Melanie Mitchell’s definition of complexity
A system in which large networks of components with no central control and simple rules of operation give rise to complex collective behavior, sophisticated information processing, and adaptation via learning or evolution.
Once complexity as a concept is well enough defined we can think about ways to quantify how much complexity is in a system.
Part I - Background and History
There is still mystery about the forces that cause a community - ants, termites, humans - to self-organize and build intricate structures to reinforce a resiient, long-term collective outcome.
In complex systems there is no central control; instead, individual agents follow simple behaviors, interact, process information, then adapt.
The history of science, especially complex systems, is one of constructing and deconstructing the components that make up a whole - whether that be an abstract idea, a living organism, or society.
That journey from parts to whole and back is complex, often unpredictable, and somewhat mysterious - even if deterministic. (personal note - and therein lies the challenge (and fun) of systems science.)
The fundamental questions of complexity science is under what conditions does emergent self-organizing behavior comes about in the system under study.
Before complexity there was dynamics and before dynamics was Sir Isaac Newton. Newtownian physics describe change over time in deterministic, formulaic paths.
Laplace believed that with Newton’s laws it was theoretically possible to predict the path of every moleculte in the universe through the eternity of time.
Quantum mechanics and chaotic systems disproved this theory: sensitive dependence on intial conditions creates unpredictable outcomes, even in deterministic systems.
Complexity, chaos, and dynamics are measured using information and entropy.
The amount of complexity in a system a common measurement in complexity science. Examples of different ways to measure complexity: complexity as computational capacity, statistical complexity, complexity as system hierarchies,
The field of “complex systems” started with the earlier fields of cybernetics and systems science.
Part II - Life and Evolution in Computers
Biology, evolution, and origins of life provide natural examples of computational processes for complexity scientists to emulate using models.
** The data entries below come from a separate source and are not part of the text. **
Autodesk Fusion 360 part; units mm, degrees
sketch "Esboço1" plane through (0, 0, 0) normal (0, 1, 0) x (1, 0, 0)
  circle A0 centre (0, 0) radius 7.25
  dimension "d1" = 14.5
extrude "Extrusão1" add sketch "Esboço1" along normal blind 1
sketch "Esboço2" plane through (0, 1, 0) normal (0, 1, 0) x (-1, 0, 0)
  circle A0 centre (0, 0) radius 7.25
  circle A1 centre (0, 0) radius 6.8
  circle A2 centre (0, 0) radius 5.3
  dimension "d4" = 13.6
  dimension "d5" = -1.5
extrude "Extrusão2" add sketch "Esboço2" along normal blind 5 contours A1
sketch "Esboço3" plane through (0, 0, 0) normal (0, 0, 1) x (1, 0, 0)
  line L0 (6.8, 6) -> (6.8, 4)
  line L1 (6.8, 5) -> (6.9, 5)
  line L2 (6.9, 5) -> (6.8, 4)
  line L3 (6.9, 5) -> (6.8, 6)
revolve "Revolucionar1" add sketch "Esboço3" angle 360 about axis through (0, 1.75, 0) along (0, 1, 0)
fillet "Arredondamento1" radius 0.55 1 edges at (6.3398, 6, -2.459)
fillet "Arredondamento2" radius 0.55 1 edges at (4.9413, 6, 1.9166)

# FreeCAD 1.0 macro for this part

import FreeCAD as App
import Part
import Sketcher
from FreeCAD import Vector
Q = App.Units.Quantity


def edges_at(feature, points):
    """Names of the edges that pass closest to the given points."""
    edges = feature.Shape.Edges
    near = lambda p: min(range(len(edges)), key=lambda i: edges[i].distToShape(Part.Vertex(*p))[0])
    return sorted({f"Edge{near(p) + 1}" for p in points})


def add_polygon(sketch, points):
    """Adds a closed chain of lines whose ends are joined by coincident constraints."""
    first, n = sketch.GeometryCount, len(points)
    for a, b in zip(points, points[1:] + points[:1]):
        sketch.addGeometry(Part.LineSegment(App.Vector(*a, 0), App.Vector(*b, 0)), False)
    for i in range(n):
        sketch.addConstraint(Sketcher.Constraint("Coincident", first + i, 2, first + (i + 1) % n, 1))

doc = App.newDocument("Part")
params = doc.addObject("Spreadsheet::Sheet", "Params")
for row, (alias, value) in enumerate([
    ("sketch1_diameter", "14.5 mm"),
    ("pad1_length", "1 mm"),
    ("sketch2_diameter", "13.6 mm"),
    ("sketch2_diameter2", "10.6 mm"),
    ("pad2_length", "5 mm"),
    ("sketch3_height", "2 mm"),
    ("revolution_angle", "360 deg"),
    ("fillet_radius", "0.55 mm"),
    ("fillet2_radius", "0.55 mm"),
], start=1):
    params.set(f"A{row}", alias)
    params.set(f"B{row}", "=" + value)
    params.setAlias(f"B{row}", alias)

body = doc.addObject("PartDesign::Body", "Body")

# Sketch on XZ plane
sketch1 = body.newObject("Sketcher::SketchObject", "Sketch")
sketch1.AttachmentSupport = (doc.getObject("XZ_Plane"), [""])
sketch1.MapMode = "FlatFace"
sketch1.addGeometry(Part.Circle(Vector(0, 0, 0), Vector(0, 0, 1), 7.25), False)
sketch1.addConstraint(Sketcher.Constraint("Coincident", 0, 3, -1, 1))
sketch1.addConstraint(Sketcher.Constraint("Diameter", 0, Q("14.5 mm")))
sketch1.setExpression("Constraints[1]", "Params.sketch1_diameter")
pad1 = body.newObject("PartDesign::Pad", "Pad")
pad1.Profile = sketch1
pad1.setExpression("Length", "Params.pad1_length")
pad1.Reversed = True

# Sketch on XZ plane
sketch2 = body.newObject("Sketcher::SketchObject", "Sketch001")
sketch2.AttachmentSupport = (doc.getObject("XZ_Plane"), [""])
sketch2.MapMode = "FlatFace"
sketch2.AttachmentOffset = App.Placement(Vector(0, 0, -1), App.Rotation())
sketch2.addGeometry(Part.Circle(Vector(0, 0, 0), Vector(0, 0, 1), 6.8), False)
sketch2.addGeometry(Part.Circle(Vector(0, 0, 0), Vector(0, 0, 1), 5.3), False)
sketch2.addConstraint(Sketcher.Constraint("Coincident", 0, 3, -1, 1))
sketch2.addConstraint(Sketcher.Constraint("Coincident", 1, 3, -1, 1))
sketch2.addConstraint(Sketcher.Constraint("Diameter", 0, Q("13.6 mm")))
sketch2.addConstraint(Sketcher.Constraint("Diameter", 1, Q("10.6 mm")))
sketch2.setExpression("Constraints[2]", "Params.sketch2_diameter")
sketch2.setExpression("Constraints[3]", "Params.sketch2_diameter2")
pad2 = body.newObject("PartDesign::Pad", "Pad001")
pad2.Profile = sketch2
pad2.setExpression("Length", "Params.pad2_length")
pad2.Reversed = True

# Sketch on XY plane
sketch3 = body.newObject("Sketcher::SketchObject", "Sketch002")
sketch3.AttachmentSupport = (doc.getObject("XY_Plane"), [""])
sketch3.MapMode = "FlatFace"
add_polygon(sketch3, [(6.9, 5), (6.8, 6), (6.8, 4)])  # lines 0-2
sketch3.addConstraint(Sketcher.Constraint("Vertical", 1))
sketch3.addConstraint(Sketcher.Constraint("Equal", 0, 2))
sketch3.addConstraint(Sketcher.Constraint("DistanceY", 1, 2, 1, 1, Q("2 mm")))
sketch3.addConstraint(Sketcher.Constraint("DistanceY", -1, 1, 0, 2, Q("6 mm")))
sketch3.addConstraint(Sketcher.Constraint("DistanceX", -1, 1, 0, 2, Q("6.8 mm")))
sketch3.addConstraint(Sketcher.Constraint("DistanceX", -1, 1, 2, 2, Q("6.9 mm")))
sketch3.setExpression("Constraints[5]", "Params.sketch3_height")
revolution = body.newObject("PartDesign::Revolution", "Revolution")
revolution.Profile = sketch3
revolution.ReferenceAxis = (sketch3, ["V_Axis"])
revolution.setExpression("Angle", "Params.revolution_angle")
doc.recompute()

fillet = body.newObject("PartDesign::Fillet", "Fillet")
fillet.Base = (revolution, edges_at(revolution, [(6.34, 6, -2.459)]))
fillet.setExpression("Radius", "Params.fillet_radius")
doc.recompute()

fillet2 = body.newObject("PartDesign::Fillet", "Fillet001")
fillet2.Base = (fillet, edges_at(fillet, [(4.941, 6, 1.917)]))
fillet2.setExpression("Radius", "Params.fillet2_radius")

doc.recompute()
Genetic algorithms are inspired by biological processes for evolution, adaptation, and optimization. Inputs to genetic algorithms have two parts:
- a set of programs with different problem solving strategies
- a fitness function that scores each program for its success on a particular task
Genetic algorithms mimic the process of evolution by combining strategies and introducing random mutations of existing strategies. Over time and many simulations an optimal strategy is discovered by the algorithm.
Genetic algorithms often produce strategies that are highly creative and unintuitive.
Part III - Computation Writ Large
Part IV - Network Thinking
Part V - Conclusion
Are humans the most complex? If so, why? Because we can extract, communicate, build, and destroy with greater power and impact than other species? What if complexity calculation included sustainable existence within the environment one lived in? Would we then be the most complex?
Can life be measured with a scale? Is a complex creature also more alive than a simple one? For example, a single cell organism compared to a human being. Which is more alive?
I believe there are three discrete categories of life: alive, dead, inanimate. Alive or not is separated by a delicate threshold. The state transition into and out of life is likely complex or even chaotic.
However for that to be true these states and their transitions must be modeled.
Life is the existence of a mysterious process of perpetuating internal self-organization that gives the ability to interact and respond to the surrounding environment. That ability is truly delicate - it switches on, and eventually switches off. Having that ability is what separates organisms from objects.
- Mitchell, M. (2009). Complexity: A guided tour.